What's going on with training!

I’ve just decided that maybe it’s a time for a post. Describing what’s going on and what are the plans, stuff like that!

There are some plans for the Lc0 engine itself, but that is a topic for another post. At least we hope to make releases more regular again (v0.21.0-rc1 appeared on February 16th, and we are not even v0.22 yet).

So, this post is be about networks and training.

Training servers

Our main training server is still down.

Meanwhile we have a temporary replacement in cloud, but it won’t last long.

We also have a longer-term temporary replacement (also in cloud), where we are migrating to right now, and it should last for a month or two.

Networks

Short description of historical networks can also be find here.

test40

Test40 run started in mid-February, and continues to be our main run. It underwent its semi-final LR drop 2 weeks ago. There may be one more small final drop, but in won’t run long and won’t bring much extra strength.

T40.T8.610 (id49901)

There is also a fork-and-polish of test40 named T40.T8.610 which actually played and won TCEC 15. It is based on test40 network, but was trained on top with 7-men tablebase rescoring and learning rate ahead of test40 schedule.

Now, as test40’s learning rate is also reduced, it’s not clear whether T40.T8.610 is stronger than latest test40.

test49.9

This is an experiment to see how fixed opening book affects network strength.

The plan is to take T40.T8.610 as a base network (that’s why it’s also id49901) and generate a few hundred thousand games with opening book on it, train with them on top, and see the result.

jhorthos from discord is running the training, so it’s the only run not affected by training server being down.

If you are willing to contribute to this experiment, you need to have a special Lc0 version. Further information in our discord (link to the instructions). There is also this document, maybe it will have instructions too.

test5x

test5x is a series of tests on smaller network to find what might work for the next large run.

test50

What was new here:

AlphaZero-style policy head (output is a tensor 8x8x73: list of possible moves for a given “from square” instead of plain list of 1858 possible moves like before).
WDL-style value head. Not only learn mean game result (from -1 to 1), but win, lose and draw probability independently.
KLD - during training, instead of computing strictly 800 nodes per move, compute less on obvious moves and more on complicated (but in average still 800).
FPU set to -1 absolute (like AlphaZero had)

Of all test5x tests so far, it is the only one which shown strength gain compared to baseline (which was test35).

test51

FPU is back to Lc0’s -0.5 relative to parent (eval of unvisited subtrees is assumed to be “parent eval - 0.5” rather than absolute loss [-1]).
Tried to use DTZ policy boost (to learn Lc0 to converge endgames faster), but it was later disabled due to bad iteraction with KLD.
Some tweaking in regularization and normalization (fixed gammas instead of regularization, batch normalization from the start. test50 also had it, but only in the end).

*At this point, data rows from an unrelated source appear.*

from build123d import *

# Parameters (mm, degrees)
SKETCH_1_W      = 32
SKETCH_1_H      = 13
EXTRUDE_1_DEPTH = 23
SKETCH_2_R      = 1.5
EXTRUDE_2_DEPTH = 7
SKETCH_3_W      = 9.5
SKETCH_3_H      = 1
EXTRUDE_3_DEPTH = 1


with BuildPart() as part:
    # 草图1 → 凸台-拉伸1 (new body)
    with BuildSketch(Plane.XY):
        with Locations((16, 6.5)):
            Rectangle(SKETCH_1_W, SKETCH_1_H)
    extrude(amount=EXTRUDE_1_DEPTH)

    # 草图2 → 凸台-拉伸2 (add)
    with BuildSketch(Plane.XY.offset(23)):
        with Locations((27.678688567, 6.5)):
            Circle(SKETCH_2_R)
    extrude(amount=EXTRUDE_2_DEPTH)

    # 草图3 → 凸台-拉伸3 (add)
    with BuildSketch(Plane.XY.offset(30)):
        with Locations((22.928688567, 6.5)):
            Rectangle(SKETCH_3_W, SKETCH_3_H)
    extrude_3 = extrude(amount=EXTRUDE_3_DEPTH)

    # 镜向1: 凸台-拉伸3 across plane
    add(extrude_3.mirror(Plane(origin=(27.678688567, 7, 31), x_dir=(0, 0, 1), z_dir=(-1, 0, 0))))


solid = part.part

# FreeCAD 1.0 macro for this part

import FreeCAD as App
import Part
import Sketcher
Q = App.Units.Quantity

doc = App.newDocument("Part")
params = doc.addObject("Spreadsheet::Sheet", "Params")
for row, (alias, value) in enumerate([
    ("sketch1_width", "32 mm"),
    ("sketch1_height", "13 mm"),
    ("pad1_length", "23 mm"),
    ("sketch2_diameter", "3 mm"),
    ("pad2_length", "7 mm"),
    ("sketch3_height", "1 mm"),
    ("sketch3_width", "9.5 mm"),
    ("pad3_length", "1 mm"),
], start=1):
    params.set(f"A{row}", alias)
    params.set(f"B{row}", "=" + value)
    params.setAlias(f"B{row}", alias)

body = doc.addObject("PartDesign::Body", "Body")

# Sketch on XY plane
sketch1 = doc.addObject("Sketcher::SketchObject", "Sketch")
body.addObject(sketch1)
sketch1.AttachmentSupport = (doc.XY_Plane, [""])
sketch1.MapMode = "FlatFace"
sketch1.addGeometry([
    Part.LineSegment(App.Vector(0, 13, 0), App.Vector(0, 0, 0)),
    Part.LineSegment(App.Vector(0, 0, 0), App.Vector(32, 0, 0)),
    Part.LineSegment(App.Vector(32, 0, 0), App.Vector(32, 13, 0)),
    Part.LineSegment(App.Vector(32, 13, 0), App.Vector(0, 13, 0)),
], False)
sketch1.addConstraint([
    Sketcher.Constraint("Coincident", 0, 2, 1, 1),
    Sketcher.Constraint("Coincident", 1, 2, 2, 1),
    Sketcher.Constraint("Coincident", 2, 2, 3, 1),
    Sketcher.Constraint("Coincident", 3, 2, 0, 1),
    Sketcher.Constraint("Vertical", 0),
    Sketcher.Constraint("Horizontal", 1),
    Sketcher.Constraint("Vertical", 2),
    Sketcher.Constraint("Horizontal", 3),
    Sketcher.Constraint("Coincident", 0, 2, -1, 1),
    Sketcher.Constraint("DistanceX", 1, 1, 1, 2, Q("32 mm")),
    Sketcher.Constraint("DistanceY", 0, 2, 0, 1, Q("13 mm")),
])
sketch1.setExpression("Constraints[9]", "Params.sketch1_width")
sketch1.setExpression("Constraints[10]", "Params.sketch1_height")
pad1 = doc.addObject("PartDesign::Pad", "Pad")
body.addObject(pad1)
pad1.Profile = sketch1
pad1.setExpression("Length", "Params.pad1_length")

# Sketch on XY plane
sketch2 = doc.addObject("Sketcher::SketchObject", "Sketch001")
body.addObject(sketch2)
sketch2.AttachmentSupport = (doc.XY_Plane, [""])
sketch2.MapMode = "FlatFace"
sketch2.AttachmentOffset = App.Placement(App.Vector(0, 0, 23), App.Rotation())
sketch2.addGeometry(Part.Circle(App.Vector(27.7, 6.5, 0), App.Vector(0, 0, 1), 1.5), False)
sketch2.addConstraint([
    Sketcher.Constraint("Diameter", 0, Q("3 mm")),
    Sketcher.Constraint("DistanceY", -1, 1, 0, 3, Q("6.5 mm")),
    Sketcher.Constraint("DistanceX", -1, 1, 0, 3, Q("27.678689 mm")),
])
sketch2.setExpression("Constraints[0]", "Params.sketch2_diameter")
pad2 = doc.addObject("PartDesign::Pad", "Pad001")
body.addObject(pad2)
pad2.Profile = sketch2
pad2.setExpression("Length", "Params.pad2_length")

# Sketch on XY plane
sketch3 = doc.addObject("Sketcher::SketchObject", "Sketch002")
body.addObject(sketch3)
sketch3.AttachmentSupport = (doc.XY_Plane, [""])
sketch3.MapMode = "FlatFace"
sketch3.AttachmentOffset = App.Placement(App.Vector(0, 0, 30), App.Rotation())
sketch3.addGeometry([
    Part.LineSegment(App.Vector(18.2, 7, 0), App.Vector(18.2, 6, 0)),
    Part.LineSegment(App.Vector(18.2, 6, 0), App.Vector(27.7, 6, 0)),
    Part.LineSegment(App.Vector(27.7, 6, 0), App.Vector(27.7, 7, 0)),
    Part.LineSegment(App.Vector(27.7, 7, 0), App.Vector(18.2, 7, 0)),
], False)
sketch3.addConstraint([
    Sketcher.Constraint("Coincident", 0, 2, 1, 1),
    Sketcher.Constraint("Coincident", 1, 2, 2, 1),
    Sketcher.Constraint("Coincident", 2, 2, 3, 1),
    Sketcher.Constraint("Coincident", 3, 2, 0, 1),
    Sketcher.Constraint("Vertical", 0),
    Sketcher.Constraint("Horizontal", 1),
    Sketcher.Constraint("Vertical", 2),
    Sketcher.Constraint("Horizontal", 3),
    Sketcher.Constraint("DistanceY", 0, 2, 0, 1, Q("1 mm")),
    Sketcher.Constraint("DistanceX", 1, 1, 1, 2, Q("9.5 mm")),
    Sketcher.Constraint("DistanceY", -1, 1, 0, 2, Q("6 mm")),
    Sketcher.Constraint("DistanceX", -1, 1, 0, 2, Q("18.178689 mm")),
])
sketch3.setExpression("Constraints[8]", "Params.sketch3_height")
sketch3.setExpression("Constraints[9]", "Params.sketch3_width")
pad3 = doc.addObject("PartDesign::Pad", "Pad002")
body.addObject(pad3)
pad3.Profile = sketch3
pad3.setExpression("Length", "Params.pad3_length")
doc.recompute()

datumplane = doc.addObject("PartDesign::Plane", "DatumPlane")
body.addObject(datumplane)
datumplane.AttachmentSupport = (doc.YZ_Plane, [""])
datumplane.MapMode = "FlatFace"
datumplane.AttachmentOffset = App.Placement(App.Vector(0, 0, 27.678689), App.Rotation())
mirrored = doc.addObject("PartDesign::Mirrored", "Mirrored")
body.addObject(mirrored)
mirrored.Originals = [pad3]
mirrored.MirrorPlane = (datumplane, [""])
body.Tip = mirrored

doc.recompute()
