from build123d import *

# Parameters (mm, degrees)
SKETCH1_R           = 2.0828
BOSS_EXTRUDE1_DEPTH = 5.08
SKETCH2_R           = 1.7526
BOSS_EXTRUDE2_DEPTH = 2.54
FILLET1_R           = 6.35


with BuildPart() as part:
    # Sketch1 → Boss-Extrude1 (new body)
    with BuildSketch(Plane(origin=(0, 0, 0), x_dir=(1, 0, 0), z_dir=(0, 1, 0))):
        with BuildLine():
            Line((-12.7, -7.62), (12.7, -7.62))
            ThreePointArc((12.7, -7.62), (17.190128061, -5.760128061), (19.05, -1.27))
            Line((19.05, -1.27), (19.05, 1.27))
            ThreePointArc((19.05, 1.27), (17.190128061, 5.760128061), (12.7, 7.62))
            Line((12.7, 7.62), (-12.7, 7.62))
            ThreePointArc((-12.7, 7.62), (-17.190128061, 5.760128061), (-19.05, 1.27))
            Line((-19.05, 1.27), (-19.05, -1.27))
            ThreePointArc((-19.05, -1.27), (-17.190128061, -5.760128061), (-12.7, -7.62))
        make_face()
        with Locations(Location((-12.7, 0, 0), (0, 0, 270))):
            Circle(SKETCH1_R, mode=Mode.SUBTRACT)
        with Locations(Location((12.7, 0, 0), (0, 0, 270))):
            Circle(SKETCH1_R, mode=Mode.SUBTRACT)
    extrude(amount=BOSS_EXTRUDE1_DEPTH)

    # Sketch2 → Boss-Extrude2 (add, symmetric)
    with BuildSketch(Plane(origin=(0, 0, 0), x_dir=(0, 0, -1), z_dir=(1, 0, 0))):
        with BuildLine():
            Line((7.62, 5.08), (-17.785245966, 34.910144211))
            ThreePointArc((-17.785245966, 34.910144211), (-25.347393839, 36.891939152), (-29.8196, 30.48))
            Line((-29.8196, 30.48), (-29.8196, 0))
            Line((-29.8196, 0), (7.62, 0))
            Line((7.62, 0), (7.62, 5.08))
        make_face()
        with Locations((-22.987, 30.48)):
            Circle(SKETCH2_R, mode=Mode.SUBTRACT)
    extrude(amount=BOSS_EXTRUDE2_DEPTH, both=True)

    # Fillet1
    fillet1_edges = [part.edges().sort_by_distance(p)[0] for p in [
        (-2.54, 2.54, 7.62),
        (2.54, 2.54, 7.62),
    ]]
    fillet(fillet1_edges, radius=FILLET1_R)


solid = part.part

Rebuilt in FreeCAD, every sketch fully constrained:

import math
import FreeCAD as App
import Part
import Sketcher
from FreeCAD import Vector
Q = App.Units.Quantity


def edges_at(feature, points):
    """Names of the edges that pass closest to the given points."""
    edges = feature.Shape.Edges
    near = lambda p: min(range(len(edges)), key=lambda i: edges[i].distToShape(Part.Vertex(*p))[0])
    return sorted({f"Edge{near(p) + 1}" for p in points})

doc = App.newDocument("Part")
body = doc.addObject("PartDesign::Body", "Body")

# Sketch on XZ plane
sketch1 = body.newObject("Sketcher::SketchObject", "Sketch")
sketch1.AttachmentSupport = (doc.getObject("XZ_Plane"), [""])
sketch1.MapMode = "FlatFace"
sketch1.addGeometry(Part.LineSegment(Vector(-12.7, 7.62, 0), Vector(12.7, 7.62, 0)), False)
sketch1.addGeometry(Part.ArcOfCircle(Part.Circle(Vector(12.7, 1.27, 0), Vector(0, 0, 1), 6.35), math.radians(0), math.radians(90)), False)
sketch1.addGeometry(Part.LineSegment(Vector(19.05, 1.27, 0), Vector(19.05, -1.27, 0)), False)
sketch1.addGeometry(Part.ArcOfCircle(Part.Circle(Vector(12.7, -1.27, 0), Vector(0, 0, 1), 6.35), math.radians(-90), math.radians(0)), False)
sketch1.addGeometry(Part.LineSegment(Vector(12.7, -7.62, 0), Vector(-12.7, -7.62, 0)), False)
sketch1.addGeometry(Part.ArcOfCircle(Part.Circle(Vector(-12.7, -1.27, 0), Vector(0, 0, 1), 6.35), math.radians(180), math.radians(270)), False)
sketch1.addGeometry(Part.LineSegment(Vector(-19.05, -1.27, 0), Vector(-19.05, 1.27, 0)), False)
sketch1.addGeometry(Part.ArcOfCircle(Part.Circle(Vector(-12.7, 1.27, 0), Vector(0, 0, 1), 6.35), math.radians(90), math.radians(180)), False)
sketch1.addGeometry(Part.Circle(Vector(-12.7, 0, 0), Vector(0, 0, 1), 2.0828), False)
sketch1.addGeometry(Part.Circle(Vector(12.7, 0, 0), Vector(0, 0, 1), 2.0828), False)
sketch1.addConstraint(Sketcher.Constraint("Tangent", 0, 2, 1, 2))
sketch1.addConstraint(Sketcher.Constraint("Tangent", 1, 1, 2, 1))
sketch1.addConstraint(Sketcher.Constraint("Tangent", 2, 2, 3, 2))
sketch1.addConstraint(Sketcher.Constraint("Tangent", 3, 1, 4, 1))
sketch1.addConstraint(Sketcher.Constraint("Tangent", 4, 2, 5, 2))
sketch1.addConstraint(Sketcher.Constraint("Tangent", 5, 1, 6, 1))
sketch1.addConstraint(Sketcher.Constraint("Tangent", 6, 2, 7, 2))
sketch1.addConstraint(Sketcher.Constraint("Tangent", 7, 1, 0, 1))
sketch1.addConstraint(Sketcher.Constraint("Horizontal", 0))
sketch1.addConstraint(Sketcher.Constraint("Vertical", 2))
sketch1.addConstraint(Sketcher.Constraint("Horizontal", 4))
sketch1.addConstraint(Sketcher.Constraint("Vertical", 6))
sketch1.addConstraint(Sketcher.Constraint("Equal", 1, 3))
sketch1.addConstraint(Sketcher.Constraint("Equal", 3, 5))
sketch1.addConstraint(Sketcher.Constraint("Equal", 5, 7))
sketch1.addConstraint(Sketcher.Constraint("Equal", 8, 9))
sketch1.addConstraint(Sketcher.Constraint("Symmetric", 1, 3, 5, 3, -1, 1))
sketch1.addConstraint(Sketcher.Constraint("Symmetric", 8, 3, 9, 3, -1, 1))
sketch1.addConstraint(Sketcher.Constraint("PointOnObject", 8, 3, -1))
sketch1.addConstraint(Sketcher.Constraint("Vertical", 7, 3, 8, 3))
sketch1.addConstraint(Sketcher.Constraint("DistanceX", 0, 1, 0, 2, Q("1 in")))
sketch1.addConstraint(Sketcher.Constraint("Radius", 1, Q("0.25 in")))
sketch1.addConstraint(Sketcher.Constraint("Diameter", 8, Q("0.164 in")))
sketch1.addConstraint(Sketcher.Constraint("DistanceY", 2, 2, 2, 1, Q("0.1 in")))
pad1 = body.newObject("PartDesign::Pad", "Pad")
pad1.Profile = sketch1
pad1.Length = Q("0.2 in")
pad1.Reversed = True

# Sketch on YZ plane
sketch2 = body.newObject("Sketcher::SketchObject", "Sketch001")
sketch2.AttachmentSupport = (doc.getObject("YZ_Plane"), [""])
sketch2.MapMode = "FlatFace"
sketch2.addGeometry(Part.LineSegment(Vector(5.08, -7.62, 0), Vector(34.910144, 17.785246, 0)), False)
sketch2.addGeometry(Part.ArcOfCircle(Part.Circle(Vector(30.48, 22.987, 0), Vector(0, 0, 1), 6.8326), math.radians(-49.580175), math.radians(90)), False)
sketch2.addGeometry(Part.LineSegment(Vector(30.48, 29.8196, 0), Vector(0, 29.8196, 0)), False)
sketch2.addGeometry(Part.LineSegment(Vector(0, 29.8196, 0), Vector(0, -7.62, 0)), False)
sketch2.addGeometry(Part.LineSegment(Vector(0, -7.62, 0), Vector(5.08, -7.62, 0)), False)
sketch2.addGeometry(Part.Circle(Vector(30.48, 22.987, 0), Vector(0, 0, 1), 1.7526), False)
sketch2.addConstraint(Sketcher.Constraint("Tangent", 0, 2, 1, 1))
sketch2.addConstraint(Sketcher.Constraint("Tangent", 1, 2, 2, 1))
sketch2.addConstraint(Sketcher.Constraint("Coincident", 2, 2, 3, 1))
sketch2.addConstraint(Sketcher.Constraint("Coincident", 3, 2, 4, 1))
sketch2.addConstraint(Sketcher.Constraint("Coincident", 4, 2, 0, 1))
sketch2.addConstraint(Sketcher.Constraint("Horizontal", 2))
sketch2.addConstraint(Sketcher.Constraint("Vertical", 3))
sketch2.addConstraint(Sketcher.Constraint("Horizontal", 4))
sketch2.addConstraint(Sketcher.Constraint("Coincident", 5, 3, 1, 3))
sketch2.addConstraint(Sketcher.Constraint("PointOnObject", 2, 2, -2))
sketch2.addConstraint(Sketcher.Constraint("Diameter", 5, Q("0.138 in")))
sketch2.addConstraint(Sketcher.Constraint("DistanceX", 2, 2, 2, 1, Q("1.2 in")))
sketch2.addConstraint(Sketcher.Constraint("DistanceX", 4, 1, 4, 2, Q("0.2 in")))
sketch2.addConstraint(Sketcher.Constraint("Radius", 1, Q("0.269 in")))
sketch2.addConstraint(Sketcher.Constraint("DistanceY", 3, 2, -1, 1, Q("0.3 in")))
sketch2.addConstraint(Sketcher.Constraint("DistanceY", 3, 2, 3, 1, Q("1.474 in")))
pad2 = body.newObject("PartDesign::Pad", "Pad001")
pad2.Profile = sketch2
pad2.Length = Q("0.2 in")
pad2.Midplane = True
doc.recompute()

fillet = body.newObject("PartDesign::Fillet", "Fillet")
fillet.Base = (pad2, edges_at(pad2, [(-2.54, 2.54, 7.62), (2.54, 2.54, 7.62)]))
fillet.Radius = Q("0.25 in")

doc.recompute()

test51 turned out to be slightly weaker than test50. It’s possible though that if test50 and 51 were larger (than 128x10), it might be vice versa.

test52

Masking illegal moves. Instead of training illegal moves to have 0 probability (as if they were legal but very bad), don’t do that. Instead, only train legal moves.
Q_ratio training: instead of using only final game result as an indicator whether certain position is good, also add move eval after search into the mix.

Was roughly same strength as test51.

test53

Do not do any randomness during endgame (temperature = 0)

Was clearly weaker than test52.

test54

This run has just started.

Lower KLD thresholds more aggressively. Average number of nodes per move will likely be increased too (that’s how I was told it works, lower thresholds means larger average number of nodes).

What’s next

Next big run will be test60. It will likely be a larger net in the beginning (320x24).
Unlike test40, which we didn’t tweak during the training, test60 is planned to be tweaked as soon as we have something promising (e.g. something discovered by test7x experiments which will start soon after test60).

One of the possible improvements we’ll have in the middle is switching to 256x24 self-scaling network (by training it in parallel from same training data). It’s expected that 256x24 self-scaling net is stronger than 320x24without self-scaling while having same computational complexity.

Other possible changes (but unlikely, especially from the very beginning):

Instead of starting all training games from startpos, training from some kind of opening book (external or self-generated to calm down protests from “zero” activists). That depends on test49.9 results and when proper opening book support will be implemented.
Generate training games between different generations of the network (instead of both opponents using the same network). That will prevent rock-paper-scissors sequences, and eliminate need of matches, as training games are like matches, but have much more games.